Baeckea staminosa
- Conservation status: Priority One — Poorly Known Taxa (DEC)

Scientific classification
- Kingdom: Plantae
- Clade: Tracheophytes
- Clade: Angiosperms
- Clade: Eudicots
- Clade: Rosids
- Order: Myrtales
- Family: Myrtaceae
- Genus: Baeckea
- Species: B. staminosa
- Binomial name: Baeckea staminosa E.Pritz.

= Baeckea staminosa =

- Genus: Baeckea
- Species: staminosa
- Authority: E.Pritz.
- Conservation status: P1

Species of flowering plant

Baeckea staminosa is a species of flowering plant in the family Myrtaceae and is endemic to the south-west of Western Australia.
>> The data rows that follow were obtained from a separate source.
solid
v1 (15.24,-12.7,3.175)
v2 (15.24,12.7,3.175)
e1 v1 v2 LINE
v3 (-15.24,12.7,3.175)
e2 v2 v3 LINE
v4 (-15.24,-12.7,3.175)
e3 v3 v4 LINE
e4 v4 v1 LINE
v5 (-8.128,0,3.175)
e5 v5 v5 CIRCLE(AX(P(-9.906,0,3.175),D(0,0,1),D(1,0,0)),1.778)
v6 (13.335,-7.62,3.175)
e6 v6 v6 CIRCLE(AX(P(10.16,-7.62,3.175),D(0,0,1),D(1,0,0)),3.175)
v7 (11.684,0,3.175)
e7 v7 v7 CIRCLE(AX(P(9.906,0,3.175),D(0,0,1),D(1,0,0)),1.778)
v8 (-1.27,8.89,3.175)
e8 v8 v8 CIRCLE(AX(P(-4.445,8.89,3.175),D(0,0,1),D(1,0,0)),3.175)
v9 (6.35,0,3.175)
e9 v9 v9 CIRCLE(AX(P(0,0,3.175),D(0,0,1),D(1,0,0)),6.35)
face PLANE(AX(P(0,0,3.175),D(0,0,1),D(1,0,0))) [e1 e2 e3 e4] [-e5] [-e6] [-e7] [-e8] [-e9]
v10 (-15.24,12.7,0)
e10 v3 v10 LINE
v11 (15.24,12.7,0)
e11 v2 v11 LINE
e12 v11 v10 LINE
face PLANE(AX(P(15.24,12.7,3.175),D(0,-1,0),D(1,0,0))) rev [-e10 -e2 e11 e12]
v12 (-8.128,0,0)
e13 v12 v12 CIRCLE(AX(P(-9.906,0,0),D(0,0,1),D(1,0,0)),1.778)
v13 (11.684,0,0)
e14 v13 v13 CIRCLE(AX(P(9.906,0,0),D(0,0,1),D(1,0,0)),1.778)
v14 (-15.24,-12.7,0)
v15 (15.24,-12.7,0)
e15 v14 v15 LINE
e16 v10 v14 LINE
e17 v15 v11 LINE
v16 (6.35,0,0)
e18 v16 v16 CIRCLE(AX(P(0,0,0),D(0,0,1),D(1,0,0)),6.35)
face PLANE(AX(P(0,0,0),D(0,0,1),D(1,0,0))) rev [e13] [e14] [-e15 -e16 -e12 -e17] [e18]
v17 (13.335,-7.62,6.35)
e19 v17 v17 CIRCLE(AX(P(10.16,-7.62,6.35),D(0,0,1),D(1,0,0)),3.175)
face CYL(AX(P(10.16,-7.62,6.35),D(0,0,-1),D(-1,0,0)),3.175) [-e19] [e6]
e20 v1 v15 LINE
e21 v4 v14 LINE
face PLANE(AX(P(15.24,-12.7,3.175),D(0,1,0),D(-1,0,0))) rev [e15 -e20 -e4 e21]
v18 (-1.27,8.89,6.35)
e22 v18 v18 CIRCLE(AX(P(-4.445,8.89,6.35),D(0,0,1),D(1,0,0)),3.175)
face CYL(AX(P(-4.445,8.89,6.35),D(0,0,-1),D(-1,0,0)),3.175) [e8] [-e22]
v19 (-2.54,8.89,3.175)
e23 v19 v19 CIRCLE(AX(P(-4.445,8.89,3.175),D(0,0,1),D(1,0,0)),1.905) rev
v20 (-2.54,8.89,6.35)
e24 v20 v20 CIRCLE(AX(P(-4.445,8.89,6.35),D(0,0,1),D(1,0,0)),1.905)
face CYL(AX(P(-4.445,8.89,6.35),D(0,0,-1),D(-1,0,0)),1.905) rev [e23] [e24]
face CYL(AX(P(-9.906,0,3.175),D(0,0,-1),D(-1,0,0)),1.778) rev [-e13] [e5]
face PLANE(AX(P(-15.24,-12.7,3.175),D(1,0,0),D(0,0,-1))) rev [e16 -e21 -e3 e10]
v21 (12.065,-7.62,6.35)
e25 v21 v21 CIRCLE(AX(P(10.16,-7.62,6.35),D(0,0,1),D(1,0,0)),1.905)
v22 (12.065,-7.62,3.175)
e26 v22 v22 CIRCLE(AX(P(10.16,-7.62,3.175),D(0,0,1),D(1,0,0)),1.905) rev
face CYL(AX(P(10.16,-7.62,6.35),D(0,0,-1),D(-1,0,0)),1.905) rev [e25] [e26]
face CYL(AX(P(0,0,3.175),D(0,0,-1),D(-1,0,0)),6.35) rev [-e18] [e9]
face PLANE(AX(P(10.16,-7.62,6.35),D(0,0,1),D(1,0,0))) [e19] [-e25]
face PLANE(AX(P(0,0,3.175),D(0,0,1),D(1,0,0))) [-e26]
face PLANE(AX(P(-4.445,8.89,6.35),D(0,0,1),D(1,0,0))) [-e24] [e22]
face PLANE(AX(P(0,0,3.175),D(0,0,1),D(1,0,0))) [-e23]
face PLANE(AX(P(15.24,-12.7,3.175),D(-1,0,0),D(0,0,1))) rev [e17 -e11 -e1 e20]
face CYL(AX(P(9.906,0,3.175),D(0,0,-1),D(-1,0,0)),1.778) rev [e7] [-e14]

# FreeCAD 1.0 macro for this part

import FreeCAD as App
import Part
import Sketcher
from FreeCAD import Vector
Q = App.Units.Quantity


def add_polygon(sketch, points):
    """Adds a closed chain of lines whose ends are joined by coincident constraints."""
    first, n = sketch.GeometryCount, len(points)
    for a, b in zip(points, points[1:] + points[:1]):
        sketch.addGeometry(Part.LineSegment(App.Vector(*a, 0), App.Vector(*b, 0)), False)
    for i in range(n):
        sketch.addConstraint(Sketcher.Constraint("Coincident", first + i, 2, first + (i + 1) % n, 1))

doc = App.newDocument("Part")
params = doc.addObject("Spreadsheet::Sheet", "Params")
for row, (alias, value) in enumerate([
    ("sketch1_diameter", "0.5 in"),
    ("sketch1_diameter2", "0.14 in"),
    ("sketch1_height", "1 in"),
    ("sketch1_width", "1.2 in"),
    ("pad1_length", "0.125 in"),
    ("sketch2_diameter", "0.25 in"),
    ("sketch2_diameter2", "0.15 in"),
    ("pad2_length", "0.125 in"),
], start=1):
    params.set(f"A{row}", alias)
    params.set(f"B{row}", "=" + value)
    params.setAlias(f"B{row}", alias)

body = doc.addObject("PartDesign::Body", "Body")

sketch1 = body.newObject("Sketcher::SketchObject", "Sketch")
sketch1.AttachmentSupport = (doc.getObject("XY_Plane"), [""])
sketch1.MapMode = "FlatFace"
add_polygon(sketch1, [(-15.2, 12.7), (-15.2, -12.7), (15.2, -12.7), (15.2, 12.7)])
sketch1.addGeometry(Part.Circle(Vector(-9.9, 0, 0), Vector(0, 0, 1), 1.8), False)
sketch1.addGeometry(Part.Circle(Vector(0, 0, 0), Vector(0, 0, 1), 6.3), False)
sketch1.addGeometry(Part.Circle(Vector(9.9, 0, 0), Vector(0, 0, 1), 1.8), False)
sketch1.addConstraint([
    Sketcher.Constraint("Vertical", 0),
    Sketcher.Constraint("Horizontal", 1),
    Sketcher.Constraint("Vertical", 2),
    Sketcher.Constraint("Horizontal", 3),
    Sketcher.Constraint("Coincident", 5, 3, -1, 1),
    Sketcher.Constraint("Equal", 4, 6),
    Sketcher.Constraint("Symmetric", 4, 3, 6, 3, -1, 1),
    Sketcher.Constraint("Symmetric", 0, 2, 2, 2, -1, 1),
    Sketcher.Constraint("PointOnObject", 4, 3, -1),
    Sketcher.Constraint("Diameter", 5, Q("0.5 in")),
    Sketcher.Constraint("Diameter", 4, Q("0.14 in")),
    Sketcher.Constraint("DistanceY", 0, 2, 0, 1, Q("1 in")),
    Sketcher.Constraint("DistanceX", 1, 1, 1, 2, Q("1.2 in")),
    Sketcher.Constraint("DistanceX", 4, 3, -1, 1, Q("0.39 in")),
])
sketch1.setExpression("Constraints[13]", "Params.sketch1_diameter")
sketch1.setExpression("Constraints[14]", "Params.sketch1_diameter2")
sketch1.setExpression("Constraints[15]", "Params.sketch1_height")
sketch1.setExpression("Constraints[16]", "Params.sketch1_width")
pad1 = body.newObject("PartDesign::Pad", "Pad")
pad1.Profile = sketch1
pad1.setExpression("Length", "Params.pad1_length")

sketch2 = body.newObject("Sketcher::SketchObject", "Sketch001")
sketch2.AttachmentSupport = (doc.getObject("XY_Plane"), [""])
sketch2.MapMode = "FlatFace"
sketch2.AttachmentOffset = App.Placement(Vector(0, 0, 0.125 * 25.4), App.Rotation())
sketch2.addGeometry([
    Part.Circle(Vector(-4.4, 8.9, 0), Vector(0, 0, 1), 3.2),
    Part.Circle(Vector(-4.4, 8.9, 0), Vector(0, 0, 1), 1.9),
    Part.Circle(Vector(10.2, -7.6, 0), Vector(0, 0, 1), 3.2),
    Part.Circle(Vector(10.2, -7.6, 0), Vector(0, 0, 1), 1.9),
], False)
sketch2.addConstraint([
    Sketcher.Constraint("Coincident", 1, 3, 0, 3),
    Sketcher.Constraint("Coincident", 3, 3, 2, 3),
    Sketcher.Constraint("Equal", 0, 2),
    Sketcher.Constraint("Equal", 1, 3),
    Sketcher.Constraint("Diameter", 0, Q("0.25 in")),
    Sketcher.Constraint("Diameter", 1, Q("0.15 in")),
    Sketcher.Constraint("DistanceX", -1, 1, 2, 3, Q("0.4 in")),
    Sketcher.Constraint("DistanceY", 2, 3, -1, 1, Q("0.3 in")),
    Sketcher.Constraint("DistanceY", -1, 1, 0, 3, Q("0.35 in")),
    Sketcher.Constraint("DistanceX", 0, 3, -1, 1, Q("0.175 in")),
])
sketch2.setExpression("Constraints[4]", "Params.sketch2_diameter")
sketch2.setExpression("Constraints[5]", "Params.sketch2_diameter2")
pad2 = body.newObject("PartDesign::Pad", "Pad001")
pad2.Profile = sketch2
pad2.setExpression("Length", "Params.pad2_length")

doc.recompute()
It is a spreading shrub that typically grows to a height of 25 cm and is found in wetlands in the Geraldton Sandplains biogeographic region.
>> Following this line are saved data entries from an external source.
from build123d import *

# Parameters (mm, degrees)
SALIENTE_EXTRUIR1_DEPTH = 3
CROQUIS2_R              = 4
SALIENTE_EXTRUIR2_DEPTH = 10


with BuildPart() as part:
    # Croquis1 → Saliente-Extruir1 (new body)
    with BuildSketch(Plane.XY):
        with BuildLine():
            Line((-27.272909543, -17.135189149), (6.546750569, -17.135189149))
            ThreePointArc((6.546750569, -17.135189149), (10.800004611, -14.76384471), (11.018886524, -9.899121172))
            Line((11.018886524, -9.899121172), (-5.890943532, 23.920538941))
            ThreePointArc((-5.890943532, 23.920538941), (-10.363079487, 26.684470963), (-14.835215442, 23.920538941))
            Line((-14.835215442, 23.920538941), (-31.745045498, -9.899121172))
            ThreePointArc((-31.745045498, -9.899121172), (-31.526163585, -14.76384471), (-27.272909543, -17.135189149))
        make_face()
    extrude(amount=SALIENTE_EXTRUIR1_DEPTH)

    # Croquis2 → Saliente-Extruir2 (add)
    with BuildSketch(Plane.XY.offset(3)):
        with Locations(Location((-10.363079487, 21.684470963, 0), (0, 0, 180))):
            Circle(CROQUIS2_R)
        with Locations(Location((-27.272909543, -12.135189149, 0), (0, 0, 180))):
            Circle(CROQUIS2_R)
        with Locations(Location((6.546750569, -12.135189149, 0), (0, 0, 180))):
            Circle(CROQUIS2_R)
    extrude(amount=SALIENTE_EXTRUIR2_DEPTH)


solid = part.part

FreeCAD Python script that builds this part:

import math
import FreeCAD as App
import Part
import Sketcher

V = App.Vector

doc = App.newDocument("Part")
body = doc.addObject("PartDesign::Body", "Body")

sketch1 = body.newObject("Sketcher::SketchObject", "Sketch")
sketch1.AttachmentSupport = (doc.getObject("XY_Plane"), [""])
sketch1.MapMode = "FlatFace"
sketch1.addGeometry([
    Part.LineSegment(V(-27.3, -17.1, 0), V(6.5, -17.1, 0)),
    Part.ArcOfCircle(Part.Circle(V(6.5, -12.1, 0), V(0, 0, 1), 5), math.radians(-90), math.radians(27)),
    Part.LineSegment(V(11, -9.9, 0), V(-5.9, 23.9, 0)),
    Part.ArcOfCircle(Part.Circle(V(-10.4, 21.7, 0), V(0, 0, 1), 5), math.radians(27), math.radians(153)),
    Part.LineSegment(V(-14.8, 23.9, 0), V(-31.7, -9.9, 0)),
    Part.ArcOfCircle(Part.Circle(V(-27.3, -12.1, 0), V(0, 0, 1), 5), math.radians(153), math.radians(270)),
], False)
sketch1.addConstraint([
    Sketcher.Constraint("Tangent", 0, 2, 1, 1),
    Sketcher.Constraint("Tangent", 1, 2, 2, 1),
    Sketcher.Constraint("Tangent", 2, 2, 3, 1),
    Sketcher.Constraint("Tangent", 3, 2, 4, 1),
    Sketcher.Constraint("Tangent", 4, 2, 5, 1),
    Sketcher.Constraint("Tangent", 5, 2, 0, 1),
    Sketcher.Constraint("Horizontal", 0),
    Sketcher.Constraint("Equal", 1, 3),
    Sketcher.Constraint("Equal", 3, 5),
    Sketcher.Constraint("Horizontal", 2, 2, 3, 2),
    Sketcher.Constraint("Radius", 1, 5.0),
    Sketcher.Constraint("DistanceX", 0, 1, 0, 2, 33.81966),
    Sketcher.Constraint("DistanceX", 3, 2, 1, 2, 25.854102),
    Sketcher.Constraint("DistanceX", -1, 1, 1, 3, 6.546751),
    Sketcher.Constraint("DistanceY", 1, 3, -1, 1, 12.135189),
])
pad1 = body.newObject("PartDesign::Pad", "Pad")
pad1.Profile = sketch1
pad1.Length = 3

sketch2 = body.newObject("Sketcher::SketchObject", "Sketch001")
sketch2.AttachmentSupport = (doc.getObject("XY_Plane"), [""])
sketch2.MapMode = "FlatFace"
sketch2.AttachmentOffset = App.Placement(V(0, 0, 3), App.Rotation())
sketch2.addGeometry([
    Part.Circle(V(-10.4, 21.7, 0), V(0, 0, 1), 4),
    Part.Circle(V(-27.3, -12.1, 0), V(0, 0, 1), 4),
    Part.Circle(V(6.5, -12.1, 0), V(0, 0, 1), 4),
], False)
sketch2.addConstraint([
    Sketcher.Constraint("Equal", 0, 1),
    Sketcher.Constraint("Equal", 1, 2),
    Sketcher.Constraint("Horizontal", 1, 3, 2, 3),
    Sketcher.Constraint("Diameter", 0, 8.0),
    Sketcher.Constraint("DistanceX", 0, 3, -1, 1, 10.363079),
    Sketcher.Constraint("DistanceY", -1, 1, 0, 3, 21.684471),
    Sketcher.Constraint("DistanceX", 1, 3, -1, 1, 27.27291),
    Sketcher.Constraint("DistanceY", 1, 3, -1, 1, 12.135189),
    Sketcher.Constraint("DistanceX", -1, 1, 2, 3, 6.546751),
])
pad2 = body.newObject("PartDesign::Pad", "Pad001")
pad2.Profile = sketch2
pad2.Length = 10

doc.recompute()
The species was first formally described in 1904 by Ernst Georg Pritzel in Botanische Jahrbücher für Systematik, Pflanzengeschichte und Pflanzengeographie from specimens collected near the Greenough River. The specific epithet (staminosa) means "abounding in stamens".

Baeckea staminosa is classified as "Priority One" by the Government of Western Australia Department of Biodiversity, Conservation and Attractions, meaning that it is known from only one or a few locations which are potentially at risk.